Amazon EC2 P3 instances deliver high performance compute in the cloud with up to 8 NVIDIA V100 Tensor Core GPUs and up to 100 Gbps of networking throughput for machine learning and HPC applications. These instances deliver up to one petaflop of mixed-precision performance per instance to significantly accelerate machine learning and high performance computing applications. Amazon EC2 P3 instances have been proven to reduce machine learning training times from days to minutes, as well as increase the number of simulations completed for high performance computing by 3-4x.

AWS – Why we need to make Machine Learning happen faster

Download Zip

With up to 4x the network bandwidth of P3.16xlarge instances, Amazon EC2 P3dn.24xlarge instances are the latest addition to the P3 family, optimized for distributed machine learning and HPC applications. These instances provide up to 100 Gbps of networking throughput, 96 custom Intel Xeon Scalable (Skylake) vCPUs, 8 NVIDIA V100 Tensor Core GPUs with 32 GiB of memory each, and 1.8 TB of local NVMe-based SSD storage. P3dn.24xlarge instances also support Elastic Fabric Adapter (EFA) which accelerates distributed machine learning applications that use NVIDIA Collective Communications Library (NCCL). EFA can scale to thousands of GPUs, significantly improving the throughput and scalability of deep learning training models, which leads to faster results.

For data scientists, researchers, and developers who need to speed up ML applications, Amazon EC2 P3 instances are the fastest in the cloud for ML training. Amazon EC2 P3 instances feature up to eight latest-generation NVIDIA V100 Tensor Core GPUs and deliver up to one petaflop of mixed-precision performance to significantly accelerate ML workloads. Faster model training can enable data scientists and machine learning engineers to iterate faster, train more models, and increase accuracy.

One of the most powerful GPU instances in the cloud combined with flexible pricing plans results in an exceptionally cost-effective solution for machine learning training. As with Amazon EC2 instances in general, P3 instances are available as On-Demand Instances, Reserved Instances, or Spot Instances. Spot Instances take advantage of unused EC2 instance capacity and can lower your Amazon EC2 costs significantly for up to a 70% discount from On-Demand prices.

Use pre-packaged Docker images to deploy deep learning environments in minutes. The images contain the required deep learning framework libraries (currently TensorFlow and Apache MXNet) and tools and are fully tested. You can easily add your own libraries and tools on top of these images for a higher degree of control over monitoring, compliance, and data processing. In addition, Amazon EC2 P3 instances work seamlessly together with Amazon SageMaker to provide a powerful and intuitive complete machine learning platform.

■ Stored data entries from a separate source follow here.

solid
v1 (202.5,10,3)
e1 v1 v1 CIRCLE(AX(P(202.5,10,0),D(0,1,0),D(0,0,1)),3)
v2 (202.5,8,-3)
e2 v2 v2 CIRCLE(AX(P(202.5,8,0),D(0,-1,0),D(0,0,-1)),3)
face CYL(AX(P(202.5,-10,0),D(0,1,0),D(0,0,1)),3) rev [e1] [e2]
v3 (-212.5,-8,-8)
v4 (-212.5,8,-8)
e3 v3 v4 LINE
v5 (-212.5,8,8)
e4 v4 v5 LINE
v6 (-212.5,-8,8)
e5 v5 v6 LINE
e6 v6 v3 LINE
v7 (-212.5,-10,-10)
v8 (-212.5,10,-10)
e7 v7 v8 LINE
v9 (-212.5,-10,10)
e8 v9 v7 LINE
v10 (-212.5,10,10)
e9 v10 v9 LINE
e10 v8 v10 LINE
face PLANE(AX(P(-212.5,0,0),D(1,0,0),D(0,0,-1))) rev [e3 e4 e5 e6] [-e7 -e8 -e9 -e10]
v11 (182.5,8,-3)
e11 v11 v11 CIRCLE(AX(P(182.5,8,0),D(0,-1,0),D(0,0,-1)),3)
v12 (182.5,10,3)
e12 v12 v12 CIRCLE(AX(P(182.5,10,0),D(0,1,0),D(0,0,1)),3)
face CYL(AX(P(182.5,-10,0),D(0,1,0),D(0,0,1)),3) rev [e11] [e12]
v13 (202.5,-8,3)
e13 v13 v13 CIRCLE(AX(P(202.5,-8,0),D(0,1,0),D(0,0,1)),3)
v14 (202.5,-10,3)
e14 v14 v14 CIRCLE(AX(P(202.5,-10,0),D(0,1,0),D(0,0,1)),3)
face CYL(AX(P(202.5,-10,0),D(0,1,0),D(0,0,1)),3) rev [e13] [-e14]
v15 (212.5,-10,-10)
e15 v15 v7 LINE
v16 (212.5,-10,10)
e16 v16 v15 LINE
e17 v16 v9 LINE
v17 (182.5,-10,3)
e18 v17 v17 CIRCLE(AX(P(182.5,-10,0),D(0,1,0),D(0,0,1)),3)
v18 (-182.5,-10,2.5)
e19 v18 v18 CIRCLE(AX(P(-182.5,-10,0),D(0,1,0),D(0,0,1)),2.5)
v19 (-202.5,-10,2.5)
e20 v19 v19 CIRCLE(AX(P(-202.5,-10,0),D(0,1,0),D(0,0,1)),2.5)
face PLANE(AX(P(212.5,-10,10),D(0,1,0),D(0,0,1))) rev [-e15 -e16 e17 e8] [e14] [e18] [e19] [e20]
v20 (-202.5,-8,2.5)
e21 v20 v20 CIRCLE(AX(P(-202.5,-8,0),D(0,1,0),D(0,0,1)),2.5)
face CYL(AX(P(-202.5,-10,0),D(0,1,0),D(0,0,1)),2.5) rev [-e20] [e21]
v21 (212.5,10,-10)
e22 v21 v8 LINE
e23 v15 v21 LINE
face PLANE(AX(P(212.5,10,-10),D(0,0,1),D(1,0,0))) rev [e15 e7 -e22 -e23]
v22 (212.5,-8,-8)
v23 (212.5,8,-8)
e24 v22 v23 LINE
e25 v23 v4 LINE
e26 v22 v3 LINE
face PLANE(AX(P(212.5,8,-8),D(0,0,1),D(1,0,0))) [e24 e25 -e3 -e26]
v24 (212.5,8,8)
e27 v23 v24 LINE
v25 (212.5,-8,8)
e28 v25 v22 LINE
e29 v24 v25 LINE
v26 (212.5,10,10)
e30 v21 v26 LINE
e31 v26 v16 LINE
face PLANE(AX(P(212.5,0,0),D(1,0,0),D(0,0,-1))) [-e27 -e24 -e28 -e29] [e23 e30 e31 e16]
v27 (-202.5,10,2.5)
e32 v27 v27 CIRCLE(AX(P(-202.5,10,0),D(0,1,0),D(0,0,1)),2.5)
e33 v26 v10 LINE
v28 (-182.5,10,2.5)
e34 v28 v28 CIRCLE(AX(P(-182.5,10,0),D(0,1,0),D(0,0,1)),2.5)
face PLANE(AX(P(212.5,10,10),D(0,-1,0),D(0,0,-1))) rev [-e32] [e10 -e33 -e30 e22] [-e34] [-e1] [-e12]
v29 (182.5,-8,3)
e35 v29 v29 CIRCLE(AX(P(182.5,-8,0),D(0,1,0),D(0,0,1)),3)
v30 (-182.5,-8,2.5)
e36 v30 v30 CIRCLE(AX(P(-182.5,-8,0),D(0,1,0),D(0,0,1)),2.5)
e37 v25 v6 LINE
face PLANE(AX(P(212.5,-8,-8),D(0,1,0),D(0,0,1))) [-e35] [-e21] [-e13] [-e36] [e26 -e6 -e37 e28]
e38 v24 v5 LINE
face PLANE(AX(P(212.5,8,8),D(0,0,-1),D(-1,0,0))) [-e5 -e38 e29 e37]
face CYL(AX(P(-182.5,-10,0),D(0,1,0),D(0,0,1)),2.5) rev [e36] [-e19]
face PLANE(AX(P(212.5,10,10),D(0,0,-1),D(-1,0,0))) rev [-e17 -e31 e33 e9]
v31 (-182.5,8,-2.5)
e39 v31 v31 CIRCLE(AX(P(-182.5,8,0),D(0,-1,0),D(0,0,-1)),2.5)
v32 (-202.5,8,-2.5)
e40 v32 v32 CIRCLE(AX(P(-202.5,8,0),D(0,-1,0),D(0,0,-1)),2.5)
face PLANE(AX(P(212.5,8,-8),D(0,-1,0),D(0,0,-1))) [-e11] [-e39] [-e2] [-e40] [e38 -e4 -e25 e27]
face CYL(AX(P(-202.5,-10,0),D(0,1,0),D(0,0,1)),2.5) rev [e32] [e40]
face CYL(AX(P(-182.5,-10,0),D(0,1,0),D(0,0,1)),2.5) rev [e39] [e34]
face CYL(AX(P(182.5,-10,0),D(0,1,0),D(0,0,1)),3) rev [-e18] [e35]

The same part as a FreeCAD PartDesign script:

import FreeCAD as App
import Part
import Sketcher
Q = App.Units.Quantity


def add_polygon(sketch, points):
    """Adds a closed chain of lines whose ends are joined by coincident constraints."""
    first, n = sketch.GeometryCount, len(points)
    for a, b in zip(points, points[1:] + points[:1]):
        sketch.addGeometry(Part.LineSegment(App.Vector(*a, 0), App.Vector(*b, 0)), False)
    for i in range(n):
        sketch.addConstraint(Sketcher.Constraint("Coincident", first + i, 2, first + (i + 1) % n, 1))

doc = App.newDocument("Part")
body = doc.addObject("PartDesign::Body", "Body")

sketch1 = body.newObject("Sketcher::SketchObject", "Sketch")
sketch1.AttachmentSupport = (doc.getObject("YZ_Plane"), [""])
sketch1.MapMode = "FlatFace"
add_polygon(sketch1, [(10, 10), (-10, 10), (-10, -10), (10, -10)])
add_polygon(sketch1, [(-8, -8), (-8, 8), (8, 8), (8, -8)])
sketch1.addConstraint(Sketcher.Constraint("Horizontal", 0))
sketch1.addConstraint(Sketcher.Constraint("Vertical", 1))
sketch1.addConstraint(Sketcher.Constraint("Horizontal", 2))
sketch1.addConstraint(Sketcher.Constraint("Vertical", 3))
sketch1.addConstraint(Sketcher.Constraint("Vertical", 4))
sketch1.addConstraint(Sketcher.Constraint("Horizontal", 5))
sketch1.addConstraint(Sketcher.Constraint("Vertical", 6))
sketch1.addConstraint(Sketcher.Constraint("Horizontal", 7))
sketch1.addConstraint(Sketcher.Constraint("Symmetric", 0, 2, 2, 2, -1, 1))
sketch1.addConstraint(Sketcher.Constraint("Symmetric", 4, 2, 6, 2, -1, 1))
sketch1.addConstraint(Sketcher.Constraint("Equal", 2, 1))
sketch1.addConstraint(Sketcher.Constraint("Equal", 7, 4))
sketch1.addConstraint(Sketcher.Constraint("DistanceX", 0, 2, 0, 1, Q("20 mm")))
sketch1.addConstraint(Sketcher.Constraint("DistanceX", 5, 1, 5, 2, Q("16 mm")))
pad1 = body.newObject("PartDesign::Pad", "Pad")
pad1.Profile = sketch1
pad1.Length = 425
pad1.Midplane = True

sketch2 = body.newObject("Sketcher::SketchObject", "Sketch001")
sketch2.AttachmentSupport = (doc.getObject("XZ_Plane"), [""])
sketch2.MapMode = "FlatFace"
sketch2.AttachmentOffset = App.Placement(App.Vector(0, 0, -10), App.Rotation())
sketch2.addGeometry(Part.Circle(App.Vector(182.5, 0, 0), App.Vector(0, 0, 1), 3), False)
sketch2.addGeometry(Part.Circle(App.Vector(202.5, 0, 0), App.Vector(0, 0, 1), 3), False)
sketch2.addConstraint(Sketcher.Constraint("Equal", 0, 1))
sketch2.addConstraint(Sketcher.Constraint("PointOnObject", 0, 3, -1))
sketch2.addConstraint(Sketcher.Constraint("PointOnObject", 1, 3, -1))
sketch2.addConstraint(Sketcher.Constraint("Diameter", 0, Q("6 mm")))
sketch2.addConstraint(Sketcher.Constraint("DistanceX", 0, 3, 1, 3, Q("20 mm")))
sketch2.addConstraint(Sketcher.Constraint("DistanceX", -1, 1, 0, 3, Q("182.5 mm")))
pocket1 = body.newObject("PartDesign::Pocket", "Pocket")
pocket1.Profile = sketch2
pocket1.Type = "ThroughAll"
pocket1.Reversed = True

sketch3 = body.newObject("Sketcher::SketchObject", "Sketch002")
sketch3.AttachmentSupport = (doc.getObject("XZ_Plane"), [""])
sketch3.MapMode = "FlatFace"
sketch3.AttachmentOffset = App.Placement(App.Vector(0, 0, -10), App.Rotation())
sketch3.addGeometry(Part.Circle(App.Vector(-202.5, 0, 0), App.Vector(0, 0, 1), 2.5), False)
sketch3.addGeometry(Part.Circle(App.Vector(-182.5, 0, 0), App.Vector(0, 0, 1), 2.5), False)
sketch3.addConstraint(Sketcher.Constraint("Equal", 0, 1))
sketch3.addConstraint(Sketcher.Constraint("PointOnObject", 0, 3, -1))
sketch3.addConstraint(Sketcher.Constraint("PointOnObject", 1, 3, -1))
sketch3.addConstraint(Sketcher.Constraint("Diameter", 0, Q("5 mm")))
sketch3.addConstraint(Sketcher.Constraint("DistanceX", 0, 3, 1, 3, Q("20 mm")))
sketch3.addConstraint(Sketcher.Constraint("DistanceX", 0, 3, -1, 1, Q("202.5 mm")))
pocket2 = body.newObject("PartDesign::Pocket", "Pocket001")
pocket2.Profile = sketch3
pocket2.Type = "ThroughAll"
pocket2.Reversed = True

doc.recompute()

Amazon SageMaker is a fully-managed machine learning platform that enables you to quickly and easily build, train, and deploy machine learning models. Furthermore, Amazon EC2 P3 instances can be integrated with AWS Deep Learning Amazon Machine Images (AMIs) that are pre-installed with popular deep learning frameworks. This makes it faster and easier to get started with machine learning training and inference.

You can use multiple Amazon EC2 P3 instances with up to 100 Gbps of networking throughput to rapidly train machine learning models. Higher networking throughput enables developers to remove data transfer bottlenecks and efficiently scale out their model training jobs across multiple P3 instances. Customers have been able to train ResNet-50, a common image classification model, to industry standard accuracy in just 18 minutes using 16 P3 instances. This level of performance was previously unattainable by the vast majority of ML customers as it required a large CapEx investment to build out on-premises GPU clusters. With P3 instances and their availability via an On-Demand usage model, this level of performance is now accessible to all developers and machine learning engineers. In addition, P3dn.24xlarge instances support Elastic Fabric Adapter (EFA) that uses the NVIDIA Collective Communications Library (NCCL) to scale to thousands of GPUs.

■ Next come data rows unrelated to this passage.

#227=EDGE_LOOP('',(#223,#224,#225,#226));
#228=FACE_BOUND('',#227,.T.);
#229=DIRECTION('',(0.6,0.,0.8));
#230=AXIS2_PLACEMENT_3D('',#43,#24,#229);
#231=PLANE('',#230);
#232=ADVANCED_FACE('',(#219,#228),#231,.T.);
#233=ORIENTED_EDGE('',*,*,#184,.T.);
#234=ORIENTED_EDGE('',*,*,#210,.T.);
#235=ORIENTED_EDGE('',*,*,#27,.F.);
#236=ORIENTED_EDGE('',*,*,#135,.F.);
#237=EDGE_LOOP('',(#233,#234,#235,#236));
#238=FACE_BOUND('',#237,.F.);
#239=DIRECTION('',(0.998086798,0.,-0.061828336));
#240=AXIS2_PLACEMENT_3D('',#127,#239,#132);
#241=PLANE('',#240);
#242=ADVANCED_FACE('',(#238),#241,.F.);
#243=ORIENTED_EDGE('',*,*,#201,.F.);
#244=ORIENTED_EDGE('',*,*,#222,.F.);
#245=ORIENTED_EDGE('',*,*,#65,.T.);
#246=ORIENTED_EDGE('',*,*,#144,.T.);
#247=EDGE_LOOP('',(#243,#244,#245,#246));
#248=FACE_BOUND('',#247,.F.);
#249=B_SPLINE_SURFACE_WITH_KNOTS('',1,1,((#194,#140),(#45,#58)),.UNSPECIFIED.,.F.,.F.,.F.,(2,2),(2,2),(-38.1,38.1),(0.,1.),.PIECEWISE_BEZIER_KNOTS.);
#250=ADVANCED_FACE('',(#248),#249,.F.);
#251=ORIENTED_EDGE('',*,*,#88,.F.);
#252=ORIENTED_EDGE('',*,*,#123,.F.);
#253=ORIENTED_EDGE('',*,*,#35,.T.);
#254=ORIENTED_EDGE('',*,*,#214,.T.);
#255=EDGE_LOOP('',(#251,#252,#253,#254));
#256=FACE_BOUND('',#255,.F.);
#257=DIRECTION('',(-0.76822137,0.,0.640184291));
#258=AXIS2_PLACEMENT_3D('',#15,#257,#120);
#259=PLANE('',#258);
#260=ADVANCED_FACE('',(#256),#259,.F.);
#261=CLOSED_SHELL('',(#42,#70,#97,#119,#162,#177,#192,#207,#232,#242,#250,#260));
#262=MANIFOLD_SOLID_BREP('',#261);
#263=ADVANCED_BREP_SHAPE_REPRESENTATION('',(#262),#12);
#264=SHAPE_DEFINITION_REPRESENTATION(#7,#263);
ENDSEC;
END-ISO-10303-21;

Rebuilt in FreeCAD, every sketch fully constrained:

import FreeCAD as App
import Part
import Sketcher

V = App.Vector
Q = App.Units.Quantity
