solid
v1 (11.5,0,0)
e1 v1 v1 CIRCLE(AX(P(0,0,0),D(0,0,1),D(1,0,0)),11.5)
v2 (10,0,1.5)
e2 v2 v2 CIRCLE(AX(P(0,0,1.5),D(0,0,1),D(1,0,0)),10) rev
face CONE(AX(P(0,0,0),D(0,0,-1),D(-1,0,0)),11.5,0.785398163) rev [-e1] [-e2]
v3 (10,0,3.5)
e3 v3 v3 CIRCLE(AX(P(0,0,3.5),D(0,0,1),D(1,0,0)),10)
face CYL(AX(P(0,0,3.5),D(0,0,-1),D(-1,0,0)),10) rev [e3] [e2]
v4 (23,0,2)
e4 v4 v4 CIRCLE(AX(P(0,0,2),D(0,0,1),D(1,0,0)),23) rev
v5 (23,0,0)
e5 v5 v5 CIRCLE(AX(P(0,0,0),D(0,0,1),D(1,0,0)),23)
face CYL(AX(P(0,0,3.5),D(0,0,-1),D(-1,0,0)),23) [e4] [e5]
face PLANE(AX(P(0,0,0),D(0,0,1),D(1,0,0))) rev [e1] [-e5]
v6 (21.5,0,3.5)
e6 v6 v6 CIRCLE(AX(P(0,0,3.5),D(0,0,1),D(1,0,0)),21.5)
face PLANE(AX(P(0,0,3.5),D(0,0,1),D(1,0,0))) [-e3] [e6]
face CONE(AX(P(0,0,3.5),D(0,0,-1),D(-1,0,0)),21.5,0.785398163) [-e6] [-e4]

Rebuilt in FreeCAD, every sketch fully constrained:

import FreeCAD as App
import Part
import Sketcher
from FreeCAD import Vector


def edges_at(feature, points):
    """Names of the edges that pass closest to the given points."""
    edges = feature.Shape.Edges
    near = lambda p: min(range(len(edges)), key=lambda i: edges[i].distToShape(Part.Vertex(*p))[0])
    return sorted({f"Edge{near(p) + 1}" for p in points})

doc = App.newDocument("Part")
params = doc.addObject("Spreadsheet::Sheet", "Params")
for row, (alias, value) in enumerate([
    ("sketch1_diameter", "46 mm"),
    ("sketch1_diameter2", "20 mm"),
    ("pad1_length", "3.5 mm"),
    ("chamfer_size", "1.5 mm"),
], start=1):
    params.set(f"A{row}", alias)
    params.set(f"B{row}", "=" + value)
    params.setAlias(f"B{row}", alias)

body = doc.addObject("PartDesign::Body", "Body")

# Sketch on XY plane
sketch1 = body.newObject("Sketcher::SketchObject", "Sketch")
sketch1.AttachmentSupport = (doc.getObject("XY_Plane"), [""])
sketch1.MapMode = "FlatFace"
sketch1.addGeometry([
    Part.Circle(Vector(0, 0, 0), Vector(0, 0, 1), 23),
    Part.Circle(Vector(0, 0, 0), Vector(0, 0, 1), 10),
], False)
sketch1.addConstraint([
    Sketcher.Constraint("Coincident", 0, 3, -1, 1),
    Sketcher.Constraint("Coincident", 1, 3, -1, 1),
    Sketcher.Constraint("Diameter", 0, 46.0),
    Sketcher.Constraint("Diameter", 1, 20.0),
])
sketch1.setExpression("Constraints[2]", "Params.sketch1_diameter")
sketch1.setExpression("Constraints[3]", "Params.sketch1_diameter2")
pad1 = body.newObject("PartDesign::Pad", "Pad")
pad1.Profile = sketch1
pad1.setExpression("Length", "Params.pad1_length")
doc.recompute()

chamfer = body.newObject("PartDesign::Chamfer", "Chamfer")
chamfer.Base = (pad1, edges_at(pad1, [(-23, 0, 3.5), (-10, 0, 0)]))
chamfer.setExpression("Size", "Params.chamfer_size")

doc.recompute()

Amazon EC2 P3 instances support all major machine learning frameworks including TensorFlow, PyTorch, Apache MXNet, Caffe, Caffe2, Microsoft Cognitive Toolkit (CNTK), Chainer, Theano, Keras, Gluon, and Torch. You have the flexibility to choose the framework that works best for your application.

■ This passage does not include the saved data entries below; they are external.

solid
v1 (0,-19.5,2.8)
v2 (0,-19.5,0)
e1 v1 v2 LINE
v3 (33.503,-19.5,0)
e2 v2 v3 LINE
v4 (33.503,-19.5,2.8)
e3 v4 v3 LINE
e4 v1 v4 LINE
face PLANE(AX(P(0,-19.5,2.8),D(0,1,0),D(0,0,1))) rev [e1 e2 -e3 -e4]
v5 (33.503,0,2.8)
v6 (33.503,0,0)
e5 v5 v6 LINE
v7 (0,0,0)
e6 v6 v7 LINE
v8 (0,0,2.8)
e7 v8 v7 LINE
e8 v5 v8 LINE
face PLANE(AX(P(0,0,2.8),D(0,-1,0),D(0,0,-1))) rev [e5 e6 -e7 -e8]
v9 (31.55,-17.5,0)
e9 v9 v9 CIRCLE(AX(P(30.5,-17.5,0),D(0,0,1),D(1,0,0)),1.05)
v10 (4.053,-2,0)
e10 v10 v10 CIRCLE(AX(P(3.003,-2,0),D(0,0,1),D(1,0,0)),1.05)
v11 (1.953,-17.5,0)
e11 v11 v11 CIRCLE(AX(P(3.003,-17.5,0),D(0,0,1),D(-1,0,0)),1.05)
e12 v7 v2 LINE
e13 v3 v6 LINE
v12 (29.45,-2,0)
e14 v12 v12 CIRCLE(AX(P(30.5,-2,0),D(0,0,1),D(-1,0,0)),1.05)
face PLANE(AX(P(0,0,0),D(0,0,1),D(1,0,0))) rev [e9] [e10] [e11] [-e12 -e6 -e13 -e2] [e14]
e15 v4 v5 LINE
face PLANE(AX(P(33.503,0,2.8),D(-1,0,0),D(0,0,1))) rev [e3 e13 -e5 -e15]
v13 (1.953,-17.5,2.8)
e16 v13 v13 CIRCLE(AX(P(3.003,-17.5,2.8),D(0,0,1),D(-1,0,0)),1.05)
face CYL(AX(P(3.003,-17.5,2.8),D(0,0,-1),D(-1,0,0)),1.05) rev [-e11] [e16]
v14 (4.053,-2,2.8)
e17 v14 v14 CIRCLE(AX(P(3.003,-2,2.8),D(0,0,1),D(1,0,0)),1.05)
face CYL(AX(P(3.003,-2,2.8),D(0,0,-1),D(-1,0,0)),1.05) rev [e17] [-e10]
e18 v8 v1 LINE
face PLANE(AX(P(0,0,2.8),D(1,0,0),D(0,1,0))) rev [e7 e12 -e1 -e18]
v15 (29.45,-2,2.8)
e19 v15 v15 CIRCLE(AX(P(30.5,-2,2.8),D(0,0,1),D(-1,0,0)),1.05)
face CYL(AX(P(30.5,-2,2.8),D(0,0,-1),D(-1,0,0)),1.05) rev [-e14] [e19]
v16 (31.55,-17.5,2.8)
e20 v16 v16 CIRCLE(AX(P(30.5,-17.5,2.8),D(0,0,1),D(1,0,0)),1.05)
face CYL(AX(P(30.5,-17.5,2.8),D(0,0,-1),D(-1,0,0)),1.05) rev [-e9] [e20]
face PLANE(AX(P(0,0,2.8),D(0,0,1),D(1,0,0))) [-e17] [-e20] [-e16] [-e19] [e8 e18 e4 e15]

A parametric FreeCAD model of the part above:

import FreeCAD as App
import Part
import Sketcher

V = App.Vector

doc = App.newDocument("Part")
body = doc.addObject("PartDesign::Body", "Body")

sketch1 = body.newObject("Sketcher::SketchObject", "Sketch")
sketch1.AttachmentSupport = (doc.getObject("XY_Plane"), [""])
sketch1.MapMode = "FlatFace"
sketch1.addGeometry(Part.LineSegment(V(0, 0, 0), V(0, -19.5, 0)), False)
sketch1.addGeometry(Part.LineSegment(V(0, -19.5, 0), V(33.5, -19.5, 0)), False)
sketch1.addGeometry(Part.LineSegment(V(33.5, -19.5, 0), V(33.5, 0, 0)), False)
sketch1.addGeometry(Part.LineSegment(V(33.5, 0, 0), V(0, 0, 0)), False)
sketch1.addGeometry(Part.Circle(V(3, -17.5, 0), V(0, 0, 1), 1.1), False)
sketch1.addGeometry(Part.Circle(V(30.5, -17.5, 0), V(0, 0, 1), 1.1), False)
sketch1.addGeometry(Part.Circle(V(3, -2, 0), V(0, 0, 1), 1.1), False)
sketch1.addGeometry(Part.Circle(V(30.5, -2, 0), V(0, 0, 1), 1.1), False)
sketch1.addConstraint(Sketcher.Constraint("Coincident", 0, 2, 1, 1))
sketch1.addConstraint(Sketcher.Constraint("Coincident", 1, 2, 2, 1))
sketch1.addConstraint(Sketcher.Constraint("Coincident", 2, 2, 3, 1))
sketch1.addConstraint(Sketcher.Constraint("Coincident", 3, 2, 0, 1))
sketch1.addConstraint(Sketcher.Constraint("Vertical", 0))
sketch1.addConstraint(Sketcher.Constraint("Horizontal", 1))
sketch1.addConstraint(Sketcher.Constraint("Vertical", 2))
sketch1.addConstraint(Sketcher.Constraint("Horizontal", 3))
sketch1.addConstraint(Sketcher.Constraint("Coincident", 3, 2, -1, 1))
sketch1.addConstraint(Sketcher.Constraint("Equal", 4, 5))
sketch1.addConstraint(Sketcher.Constraint("Equal", 5, 6))
sketch1.addConstraint(Sketcher.Constraint("Equal", 6, 7))
sketch1.addConstraint(Sketcher.Constraint("Horizontal", 4, 3, 5, 3))
sketch1.addConstraint(Sketcher.Constraint("Horizontal", 6, 3, 7, 3))
sketch1.addConstraint(Sketcher.Constraint("Vertical", 4, 3, 6, 3))
sketch1.addConstraint(Sketcher.Constraint("Vertical", 5, 3, 7, 3))
sketch1.addConstraint(Sketcher.Constraint("Diameter", 4, 2.1))
sketch1.addConstraint(Sketcher.Constraint("DistanceY", 0, 2, 0, 1, 19.5))
sketch1.addConstraint(Sketcher.Constraint("DistanceY", 6, 3, -1, 1, 2.0))
sketch1.addConstraint(Sketcher.Constraint("DistanceY", 0, 2, 4, 3, 2.0))
sketch1.addConstraint(Sketcher.Constraint("DistanceX", -1, 1, 5, 3, 30.5))
sketch1.addConstraint(Sketcher.Constraint("DistanceX", 4, 3, 1, 2, 30.5))
sketch1.addConstraint(Sketcher.Constraint("DistanceX", 1, 1, 1, 2, 33.503))
pad1 = body.newObject("PartDesign::Pad", "Pad")
pad1.Profile = sketch1
pad1.Length = 2.8

doc.recompute()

Airbnb is using machine learning to optimize search recommendations and improve dynamic pricing guidance for hosts, both of which translate to increased booking conversions. With Amazon EC2 P3 instances, Airbnb can run training workloads faster, go through more iterations, build better machine learning models and reduce costs.

NerdWallet is a personal finance startup that provides tools and advice that make it easy for customers to pay off debt, choose the best financial products and services, and tackle major life goals like buying a house or saving for retirement. The company relies heavily on data science and machine learning (ML) to connect customers with personalized financial products.

Pinterest uses mixed precision training in P3 instances on AWS to speed up training of deep learning models, and also uses these instances for faster inference of these models, to enable fast and unique discovery experience for users. Pinterest uses PinSage, made by using PyTorch on AWS. This AI model groups images together based on certain themes. With 3 billion images on the platform, there are 18 billion different associations that connect images. These associations help Pinterest contextualize themes, styles and produce more personalized user experiences.

Salesforce is using machine learning to power Einstein Vision, enabling developers to harness the power of image recognition for use cases such as visual search, brand detection, and product identification. Amazon EC2 P3 instances enable developers to train deep learning models much faster so that they can achieve their machine learning goals quickly.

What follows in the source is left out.